Feliksiak’s first nonfiction publication tackles one of the great unsolved problems of mathematics.
Riemann’s hypothesis, which, among other things, posits the distribution of all prime numbers, represents such a complex problem that even modern mathematical computing software can only perform the calculations to a limited point. As a result, Feliksiak’s work is, of necessity, intended for those with a solid understanding of advanced mathematics. However, the author eschews a mathematician’s dry tone and instead opts for conversational, direct language, even slipping the occasional colloquialism into his prose—such as an explanation of why an estimation error doesn’t “blow up.” The language is technically perfect, to lessen the risk of inaccurately communicating the mathematical steps involved in proving the “very complex problem at hand.” At every step, he explains cogently, if briefly, how each theorem represents another small advance toward a better estimate of the prime counting function and, ultimately, an elementary proof of one of the great unsolved problems of mathematics.
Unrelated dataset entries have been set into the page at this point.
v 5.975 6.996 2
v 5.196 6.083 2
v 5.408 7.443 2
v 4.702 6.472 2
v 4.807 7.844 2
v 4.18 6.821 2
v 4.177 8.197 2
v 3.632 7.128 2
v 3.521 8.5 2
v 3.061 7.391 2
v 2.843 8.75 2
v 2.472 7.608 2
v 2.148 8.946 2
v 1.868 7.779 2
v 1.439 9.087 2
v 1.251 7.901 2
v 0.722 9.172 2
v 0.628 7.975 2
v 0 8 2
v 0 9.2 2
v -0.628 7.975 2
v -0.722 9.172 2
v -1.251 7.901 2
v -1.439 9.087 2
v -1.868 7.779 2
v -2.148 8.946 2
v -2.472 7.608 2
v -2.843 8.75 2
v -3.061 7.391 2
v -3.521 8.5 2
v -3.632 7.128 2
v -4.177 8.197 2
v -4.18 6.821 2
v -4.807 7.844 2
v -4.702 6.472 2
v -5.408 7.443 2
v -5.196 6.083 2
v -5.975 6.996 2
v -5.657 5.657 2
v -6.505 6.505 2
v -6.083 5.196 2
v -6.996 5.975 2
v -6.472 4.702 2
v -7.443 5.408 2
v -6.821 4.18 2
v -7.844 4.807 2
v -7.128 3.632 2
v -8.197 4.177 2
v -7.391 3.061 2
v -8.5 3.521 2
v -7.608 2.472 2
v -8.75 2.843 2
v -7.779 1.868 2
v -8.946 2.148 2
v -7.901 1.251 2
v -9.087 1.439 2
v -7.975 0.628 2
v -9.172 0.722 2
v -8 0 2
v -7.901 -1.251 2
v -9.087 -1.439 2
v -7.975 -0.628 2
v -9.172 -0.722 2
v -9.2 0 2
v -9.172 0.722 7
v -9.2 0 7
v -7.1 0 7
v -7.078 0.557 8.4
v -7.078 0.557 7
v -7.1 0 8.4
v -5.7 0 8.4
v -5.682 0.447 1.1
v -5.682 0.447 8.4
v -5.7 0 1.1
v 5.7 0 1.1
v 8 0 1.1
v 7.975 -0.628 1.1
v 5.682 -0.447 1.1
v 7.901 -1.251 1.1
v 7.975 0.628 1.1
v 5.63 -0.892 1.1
However, readers without a solid background in number theory will, unfortunately, be lost. As it is, Feliksiak’s proposed two-page proof requires more than 100 pages of buildup, even in the compressed language of mathematics. But the author has, at least, managed to make his advanced computations and reasoning accessible to anyone who understands the mathematical terms he employs. Along the way, he offers tidbits of history about the development of number theory and prior attempts to prove Riemann’s hypothesis, establishing a context of other mathematicians’ past contributions.
For readers with a grounding in number theory, the interlocking parts of this mathematical proof come together to create a surprisingly harmonious whole.